Francesco (Frank) MannellaFrancesco (Frank) Mannella

I grew up in a small town setting in the heart of southern Italy. There was a time during my childhood where I was surrounded by joy and wonder. I was the oldest of 8 children and remember the love and pride I felt being surrounded by hard working parents, grandparents, uncles and aunts. At the age of 8, I suffered a horrible trauma that affected every part of my being and quickly tainted the world that I had come to love. I found comfort in nature at that time, and although there were many dangers (poisonous snakes, wolves, bears), it was the one place where I felt safe. By the age of 11, school no longer interested me. I spent every possible moment outside in the natural world and loved the land that I called home.

At the age of 12, my father left for Canada leaving me as the eldest male member of our family. This came with added responsibilities, but I still managed to find freedom on the land. Two and a half years later, my father had saved enough money for us to join him. In August of 1957, I, along with my mother and seven brothers and sisters, immigrated to Canada

It broke my heart to leave Italy. I remember most vividly saying goodbye to my grandfather. I had a huge lump in my throat and I saw that he had tears in his eyes. Out of everyone in my life, it was my Grandfather who always made me feel loved and special. I left a land that I loved, and entered into a new world that seemed cold and foreign to me. I did not know the culture, the language, or the people. I started school here, but dropped out because of the constant bullying. At the age of 15, I join the work force. I began by shining shoes during the day and took a hairdressing course during the evenings. Eleven months later, I graduated as a hairdresser and immediately found work.
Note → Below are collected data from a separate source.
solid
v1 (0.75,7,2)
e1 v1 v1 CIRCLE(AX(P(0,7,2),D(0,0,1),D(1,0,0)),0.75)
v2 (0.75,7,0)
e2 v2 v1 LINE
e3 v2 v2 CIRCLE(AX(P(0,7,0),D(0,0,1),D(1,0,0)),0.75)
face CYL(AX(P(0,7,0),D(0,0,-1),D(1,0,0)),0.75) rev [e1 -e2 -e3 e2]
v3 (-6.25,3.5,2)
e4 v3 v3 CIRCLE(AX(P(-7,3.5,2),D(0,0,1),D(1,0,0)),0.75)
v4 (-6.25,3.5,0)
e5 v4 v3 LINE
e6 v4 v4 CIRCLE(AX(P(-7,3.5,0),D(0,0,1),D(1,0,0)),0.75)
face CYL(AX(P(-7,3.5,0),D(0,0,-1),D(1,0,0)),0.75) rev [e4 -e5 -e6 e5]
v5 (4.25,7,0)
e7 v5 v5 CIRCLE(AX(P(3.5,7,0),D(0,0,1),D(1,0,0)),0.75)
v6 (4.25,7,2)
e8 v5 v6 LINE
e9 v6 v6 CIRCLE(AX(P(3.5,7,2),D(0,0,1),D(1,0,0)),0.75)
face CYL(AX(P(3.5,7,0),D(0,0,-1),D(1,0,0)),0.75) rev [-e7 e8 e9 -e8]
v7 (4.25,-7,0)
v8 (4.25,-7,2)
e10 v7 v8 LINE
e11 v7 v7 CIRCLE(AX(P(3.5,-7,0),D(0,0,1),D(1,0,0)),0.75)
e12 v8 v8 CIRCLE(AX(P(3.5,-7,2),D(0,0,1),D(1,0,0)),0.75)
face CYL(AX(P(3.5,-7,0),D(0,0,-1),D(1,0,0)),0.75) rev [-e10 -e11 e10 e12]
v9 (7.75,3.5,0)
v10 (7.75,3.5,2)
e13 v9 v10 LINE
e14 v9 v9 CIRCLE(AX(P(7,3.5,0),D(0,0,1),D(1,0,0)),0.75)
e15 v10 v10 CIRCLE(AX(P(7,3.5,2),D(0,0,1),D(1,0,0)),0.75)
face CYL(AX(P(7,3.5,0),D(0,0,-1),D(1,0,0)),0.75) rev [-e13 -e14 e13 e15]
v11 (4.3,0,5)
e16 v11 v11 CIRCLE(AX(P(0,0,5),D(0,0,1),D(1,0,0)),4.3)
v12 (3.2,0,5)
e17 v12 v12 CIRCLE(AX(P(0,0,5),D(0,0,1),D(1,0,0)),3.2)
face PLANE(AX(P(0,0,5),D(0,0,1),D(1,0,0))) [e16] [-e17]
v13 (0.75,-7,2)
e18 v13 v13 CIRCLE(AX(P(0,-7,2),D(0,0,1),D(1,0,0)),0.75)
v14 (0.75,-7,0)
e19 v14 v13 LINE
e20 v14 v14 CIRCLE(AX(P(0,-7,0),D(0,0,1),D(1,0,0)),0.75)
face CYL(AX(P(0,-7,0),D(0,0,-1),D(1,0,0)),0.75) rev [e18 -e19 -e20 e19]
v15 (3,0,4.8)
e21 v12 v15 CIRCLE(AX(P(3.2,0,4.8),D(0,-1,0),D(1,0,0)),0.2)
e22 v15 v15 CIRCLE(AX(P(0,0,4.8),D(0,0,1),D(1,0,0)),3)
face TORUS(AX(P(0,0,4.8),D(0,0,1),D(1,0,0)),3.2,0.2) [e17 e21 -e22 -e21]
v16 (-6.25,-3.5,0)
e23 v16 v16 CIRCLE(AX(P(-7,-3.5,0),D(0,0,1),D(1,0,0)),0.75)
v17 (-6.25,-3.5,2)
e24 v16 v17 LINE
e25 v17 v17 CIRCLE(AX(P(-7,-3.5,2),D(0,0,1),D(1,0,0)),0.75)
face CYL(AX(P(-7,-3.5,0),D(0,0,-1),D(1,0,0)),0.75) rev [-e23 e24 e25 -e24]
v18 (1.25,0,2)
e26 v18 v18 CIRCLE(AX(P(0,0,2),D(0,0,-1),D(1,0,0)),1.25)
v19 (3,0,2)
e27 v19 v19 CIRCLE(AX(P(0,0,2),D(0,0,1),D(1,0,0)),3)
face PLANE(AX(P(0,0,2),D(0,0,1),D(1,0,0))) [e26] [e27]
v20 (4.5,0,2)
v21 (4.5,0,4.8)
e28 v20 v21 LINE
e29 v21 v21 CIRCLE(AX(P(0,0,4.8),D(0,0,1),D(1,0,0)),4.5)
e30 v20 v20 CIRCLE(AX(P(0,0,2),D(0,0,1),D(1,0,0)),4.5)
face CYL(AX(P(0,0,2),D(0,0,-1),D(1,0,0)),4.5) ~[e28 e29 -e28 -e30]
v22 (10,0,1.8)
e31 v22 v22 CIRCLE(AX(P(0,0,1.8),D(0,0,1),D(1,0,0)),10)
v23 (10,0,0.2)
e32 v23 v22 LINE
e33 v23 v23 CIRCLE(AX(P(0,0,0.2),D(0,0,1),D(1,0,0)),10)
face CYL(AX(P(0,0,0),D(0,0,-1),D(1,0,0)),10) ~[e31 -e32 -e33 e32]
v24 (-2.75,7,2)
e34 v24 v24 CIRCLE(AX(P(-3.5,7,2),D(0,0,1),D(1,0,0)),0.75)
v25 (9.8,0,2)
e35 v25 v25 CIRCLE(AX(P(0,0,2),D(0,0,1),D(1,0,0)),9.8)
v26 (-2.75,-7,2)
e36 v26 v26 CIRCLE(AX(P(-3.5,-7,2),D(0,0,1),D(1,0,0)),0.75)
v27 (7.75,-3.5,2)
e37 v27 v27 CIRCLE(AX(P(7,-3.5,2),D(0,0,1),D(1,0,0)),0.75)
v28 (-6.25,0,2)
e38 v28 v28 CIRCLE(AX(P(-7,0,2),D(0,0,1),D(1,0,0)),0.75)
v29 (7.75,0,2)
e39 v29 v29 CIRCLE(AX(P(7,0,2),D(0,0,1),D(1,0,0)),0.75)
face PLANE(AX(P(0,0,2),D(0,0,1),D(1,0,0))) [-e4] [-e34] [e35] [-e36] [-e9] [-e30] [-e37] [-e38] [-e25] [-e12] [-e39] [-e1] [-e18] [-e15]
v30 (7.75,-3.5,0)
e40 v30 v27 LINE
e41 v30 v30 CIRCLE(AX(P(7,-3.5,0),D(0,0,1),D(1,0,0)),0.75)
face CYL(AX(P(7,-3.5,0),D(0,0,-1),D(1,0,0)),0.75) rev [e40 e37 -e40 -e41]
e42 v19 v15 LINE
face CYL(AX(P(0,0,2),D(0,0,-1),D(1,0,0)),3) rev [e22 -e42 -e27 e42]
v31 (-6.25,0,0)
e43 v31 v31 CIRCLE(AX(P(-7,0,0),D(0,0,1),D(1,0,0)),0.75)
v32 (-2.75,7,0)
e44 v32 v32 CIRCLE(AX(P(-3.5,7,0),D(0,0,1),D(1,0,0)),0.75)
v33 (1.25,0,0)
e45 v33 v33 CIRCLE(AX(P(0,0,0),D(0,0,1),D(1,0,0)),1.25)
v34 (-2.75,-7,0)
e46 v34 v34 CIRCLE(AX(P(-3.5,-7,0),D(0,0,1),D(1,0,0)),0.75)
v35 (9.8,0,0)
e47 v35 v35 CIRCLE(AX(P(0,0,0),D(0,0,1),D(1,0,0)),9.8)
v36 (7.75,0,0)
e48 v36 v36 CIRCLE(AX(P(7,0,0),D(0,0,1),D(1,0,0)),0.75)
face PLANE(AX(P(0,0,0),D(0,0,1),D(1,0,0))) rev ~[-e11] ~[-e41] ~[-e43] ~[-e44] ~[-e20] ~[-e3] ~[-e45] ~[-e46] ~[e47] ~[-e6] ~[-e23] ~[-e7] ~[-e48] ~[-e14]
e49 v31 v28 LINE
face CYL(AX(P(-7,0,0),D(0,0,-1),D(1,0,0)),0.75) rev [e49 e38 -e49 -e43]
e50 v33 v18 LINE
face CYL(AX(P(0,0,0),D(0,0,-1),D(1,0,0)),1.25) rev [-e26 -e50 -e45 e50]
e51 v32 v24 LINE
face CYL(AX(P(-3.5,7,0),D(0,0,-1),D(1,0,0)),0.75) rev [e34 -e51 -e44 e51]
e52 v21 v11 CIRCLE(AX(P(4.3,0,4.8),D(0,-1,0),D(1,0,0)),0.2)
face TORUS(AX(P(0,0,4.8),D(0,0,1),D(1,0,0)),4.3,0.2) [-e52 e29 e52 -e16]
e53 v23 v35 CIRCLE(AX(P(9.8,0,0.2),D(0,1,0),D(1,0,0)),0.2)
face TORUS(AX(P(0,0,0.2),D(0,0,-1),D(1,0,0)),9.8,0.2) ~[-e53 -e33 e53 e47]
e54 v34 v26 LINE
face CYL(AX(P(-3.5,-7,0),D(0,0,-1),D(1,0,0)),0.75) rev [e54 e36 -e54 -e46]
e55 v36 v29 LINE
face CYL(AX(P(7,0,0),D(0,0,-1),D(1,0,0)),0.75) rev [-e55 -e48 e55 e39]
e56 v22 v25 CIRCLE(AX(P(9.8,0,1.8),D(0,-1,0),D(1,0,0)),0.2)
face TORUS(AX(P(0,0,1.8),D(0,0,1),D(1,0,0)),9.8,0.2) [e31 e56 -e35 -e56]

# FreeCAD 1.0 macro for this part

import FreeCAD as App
import Part
import Sketcher


def edges_at(feature, points):
    """Names of the edges that pass closest to the given points."""
    edges = feature.Shape.Edges
    near = lambda p: min(range(len(edges)), key=lambda i: edges[i].distToShape(Part.Vertex(*p))[0])
    return sorted({f"Edge{near(p) + 1}" for p in points})

doc = App.newDocument("Part")
params = doc.addObject("Spreadsheet::Sheet", "Params")
for row, (alias, value) in enumerate([
    ("sketch1_diameter", "20 mm"),
    ("sketch1_diameter2", "1.5 mm"),
    ("pad1_length", "2 mm"),
    ("sketch2_diameter", "9 mm"),
    ("sketch2_diameter2", "6 mm"),
    ("pad2_length", "3 mm"),
    ("sketch3_diameter", "2.5 mm"),
    ("pocket1_length", "5 mm"),
    ("fillet_radius", "0.2 mm"),
], start=1):
    params.set(f"A{row}", alias)
    params.set(f"B{row}", "=" + value)
    params.setAlias(f"B{row}", alias)

body = doc.addObject("PartDesign::Body", "Body")

# Sketch on XY plane
sketch1 = body.newObject("Sketcher::SketchObject", "Sketch")
sketch1.AttachmentSupport = (doc.getObject("XY_Plane"), [""])
sketch1.MapMode = "FlatFace"
sketch1.addGeometry(Part.Circle(App.Vector(0, 0, 0), App.Vector(0, 0, 1), 10), False)
sketch1.addGeometry(Part.Circle(App.Vector(-3.5, -7, 0), App.Vector(0, 0, 1), 0.8), False)
sketch1.addGeometry(Part.Circle(App.Vector(-7, -3.5, 0), App.Vector(0, 0, 1), 0.8), False)
sketch1.addGeometry(Part.Circle(App.Vector(0, -7, 0), App.Vector(0, 0, 1), 0.8), False)
sketch1.addGeometry(Part.Circle(App.Vector(3.5, -7, 0), App.Vector(0, 0, 1), 0.8), False)
sketch1.addGeometry(Part.Circle(App.Vector(7, -3.5, 0), App.Vector(0, 0, 1), 0.8), False)
sketch1.addGeometry(Part.Circle(App.Vector(-7, 0, 0), App.Vector(0, 0, 1), 0.8), False)
sketch1.addGeometry(Part.Circle(App.Vector(-7, 3.5, 0), App.Vector(0, 0, 1), 0.8), False)
sketch1.addGeometry(Part.Circle(App.Vector(-3.5, 7, 0), App.Vector(0, 0, 1), 0.8), False)
sketch1.addGeometry(Part.Circle(App.Vector(7, 0, 0), App.Vector(0, 0, 1), 0.8), False)
sketch1.addGeometry(Part.Circle(App.Vector(7, 3.5, 0), App.Vector(0, 0, 1), 0.8), False)
sketch1.addGeometry(Part.Circle(App.Vector(0, 7, 0), App.Vector(0, 0, 1), 0.8), False)
sketch1.addGeometry(Part.Circle(App.Vector(3.5, 7, 0), App.Vector(0, 0, 1), 0.8), False)
sketch1.addConstraint(Sketcher.Constraint("Coincident", 0, 3, -1, 1))
sketch1.addConstraint(Sketcher.Constraint("Equal", 1, 2))
sketch1.addConstraint(Sketcher.Constraint("Equal", 2, 3))
sketch1.addConstraint(Sketcher.Constraint("Equal", 3, 4))
sketch1.addConstraint(Sketcher.Constraint("Equal", 4, 5))
sketch1.addConstraint(Sketcher.Constraint("Equal", 5, 6))
sketch1.addConstraint(Sketcher.Constraint("Equal", 6, 7))
sketch1.addConstraint(Sketcher.Constraint("Equal", 7, 8))
sketch1.addConstraint(Sketcher.Constraint("Equal", 8, 9))
sketch1.addConstraint(Sketcher.Constraint("Equal", 9, 10))
sketch1.addConstraint(Sketcher.Constraint("Equal", 10, 11))
sketch1.addConstraint(Sketcher.Constraint("Equal", 11, 12))
sketch1.addConstraint(Sketcher.Constraint("Symmetric", 5, 3, 7, 3, -1, 1))
sketch1.addConstraint(Sketcher.Constraint("Symmetric", 4, 3, 8, 3, -1, 1))
sketch1.addConstraint(Sketcher.Constraint("Symmetric", 6, 3, 9, 3, -1, 1))
sketch1.addConstraint(Sketcher.Constraint("Symmetric", 2, 3, 10, 3, -1, 1))
sketch1.addConstraint(Sketcher.Constraint("Symmetric", 3, 3, 11, 3, -1, 1))
sketch1.addConstraint(Sketcher.Constraint("Symmetric", 1, 3, 12, 3, -1, 1))
sketch1.addConstraint(Sketcher.Constraint("Symmetric", 1, 3, 4, 3, -2))
sketch1.addConstraint(Sketcher.Constraint("Symmetric", 2, 3, 5, 3, -2))
sketch1.addConstraint(Sketcher.Constraint("PointOnObject", 3, 3, -2))
sketch1.addConstraint(Sketcher.Constraint("PointOnObject", 6, 3, -1))
sketch1.addConstraint(Sketcher.Constraint("Horizontal", 1, 3, 3, 3))
sketch1.addConstraint(Sketcher.Constraint("Vertical", 2, 3, 6, 3))
sketch1.addConstraint(Sketcher.Constraint("Diameter", 0, 20.0))
sketch1.addConstraint(Sketcher.Constraint("Diameter", 1, 1.5))
sketch1.addConstraint(Sketcher.Constraint("DistanceY", 1, 3, -1, 1, 7.0))
sketch1.addConstraint(Sketcher.Constraint("DistanceX", 2, 3, -1, 1, 7.0))
sketch1.addConstraint(Sketcher.Constraint("DistanceX", 1, 3, 4, 3, 7.0))
sketch1.addConstraint(Sketcher.Constraint("DistanceY", 2, 3, 7, 3, 7.0))
sketch1.setExpression("Constraints[24]", "Params.sketch1_diameter")
sketch1.setExpression("Constraints[25]", "Params.sketch1_diameter2")
pad1 = body.newObject("PartDesign::Pad", "Pad")
pad1.Profile = sketch1
pad1.setExpression("Length", "Params.pad1_length")

# Sketch on XY plane
sketch2 = body.newObject("Sketcher::SketchObject", "Sketch001")
sketch2.AttachmentSupport = (doc.getObject("XY_Plane"), [""])
sketch2.MapMode = "FlatFace"
sketch2.AttachmentOffset = App.Placement(App.Vector(0, 0, 2), App.Rotation())
sketch2.addGeometry(Part.Circle(App.Vector(0, 0, 0), App.Vector(0, 0, 1), 4.5), False)
sketch2.addGeometry(Part.Circle(App.Vector(0, 0, 0), App.Vector(0, 0, 1), 3), False)
sketch2.addConstraint(Sketcher.Constraint("Coincident", 0, 3, -1, 1))
sketch2.addConstraint(Sketcher.Constraint("Coincident", 1, 3, -1, 1))
sketch2.addConstraint(Sketcher.Constraint("Diameter", 0, 9.0))
sketch2.addConstraint(Sketcher.Constraint("Diameter", 1, 6.0))
sketch2.setExpression("Constraints[2]", "Params.sketch2_diameter")
sketch2.setExpression("Constraints[3]", "Params.sketch2_diameter2")
pad2 = body.newObject("PartDesign::Pad", "Pad001")
pad2.Profile = sketch2
pad2.setExpression("Length", "Params.pad2_length")

# Sketch on XY plane
sketch3 = body.newObject("Sketcher::SketchObject", "Sketch002")
sketch3.AttachmentSupport = (doc.getObject("XY_Plane"), [""])
sketch3.MapMode = "FlatFace"
sketch3.addGeometry(Part.Circle(App.Vector(0, 0, 0), App.Vector(0, 0, 1), 1.2), False)
sketch3.addConstraint(Sketcher.Constraint("Coincident", 0, 3, -1, 1))
sketch3.addConstraint(Sketcher.Constraint("Diameter", 0, 2.5))
sketch3.setExpression("Constraints[1]", "Params.sketch3_diameter")
pocket1 = body.newObject("PartDesign::Pocket", "Pocket")
pocket1.Profile = sketch3
pocket1.setExpression("Length", "Params.pocket1_length")
pocket1.Reversed = True
doc.recompute()

fillet = body.newObject("PartDesign::Fillet", "Fillet")
fillet.Base = (pocket1, edges_at(pocket1, [
    (-10, 0, 0),
    (-10, 0, 2),
    (-4.5, 0, 5),
    (-3, 0, 5),
]))
fillet.setExpression("Radius", "Params.fillet_radius")

doc.recompute()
Two years later, I owned my own business. I employed most of my family, and they were impressed at how well I had adjusted to this new land. But the truth was that I felt like I was living in a box. I felt as though I was so busy trying to impress others that I no longer knew who I was. A few years later, one of my clients asked me a question that changed my life: "Do you know who you really are?"

I had become a master at knowing how to read other people. I knew how to determine who they wanted me to be. I knew what was expected of me, and lived up to everyone's expectations, but I felt like I was dying inside. I began a slow process of breaking away from the expectations that I had allowed myself to become imprisoned by. Many people turned on me, and at times I questioned my own sanity, but something inside of me kept me moving forward on a quest for truth.

I began reading about ancient civilizations and discovered a passion for uncovering "origins" and truths from the past. I became deeply involved in the study of Kabbalah and was fascinated by the mysteries of the mind. Indeed Kabbalah helped me to regain a sense of passion for life, but I knew there was more, and I struggled with the hierarchy that so many religions are guilty of embracing.

It was only when I took part in a traditional ceremony held by a Mohawk elder from Six Nations that something was triggered deep inside of me. The language spoken was one of simplicity and equality. People were celebrated as unique and beautiful individuals with exceptional gifts and talents to offer to the world. No one was asked to convert or change who they were. Instead we were encouraged to celebrate and embrace the beauty of who the Creator made us to be. We were taught that all we need to know as human beings can be discovered by spending time on the land. And we were taught to honour the Ancestors and lineages from which we came. Only then would we feel complete. In the words of my teacher: "I am not here to make you an Indian, that can never be. I am here to teach you how to listen to the language of the living spirit so that one day you'll be able to connect with your own Ancestors and receive teachings directly from them."

Those words spoke to my heart and have inspired me ever since. Finally, I felt my quest for truth had brought me to a place where I could find a pure foundation on which to build. Much has happened since that time. I have found purpose and fulfillment by embracing and following a disciplined way of life that seeks direction from Spirit, as opposed to a selfish life that is dictated by our past hurts and desires. I continue to celebrate the pursuit of truth and my biggest joy (apart from my children and grandchildren) comes from assisting and witnessing others as they find the truth that they are searching for.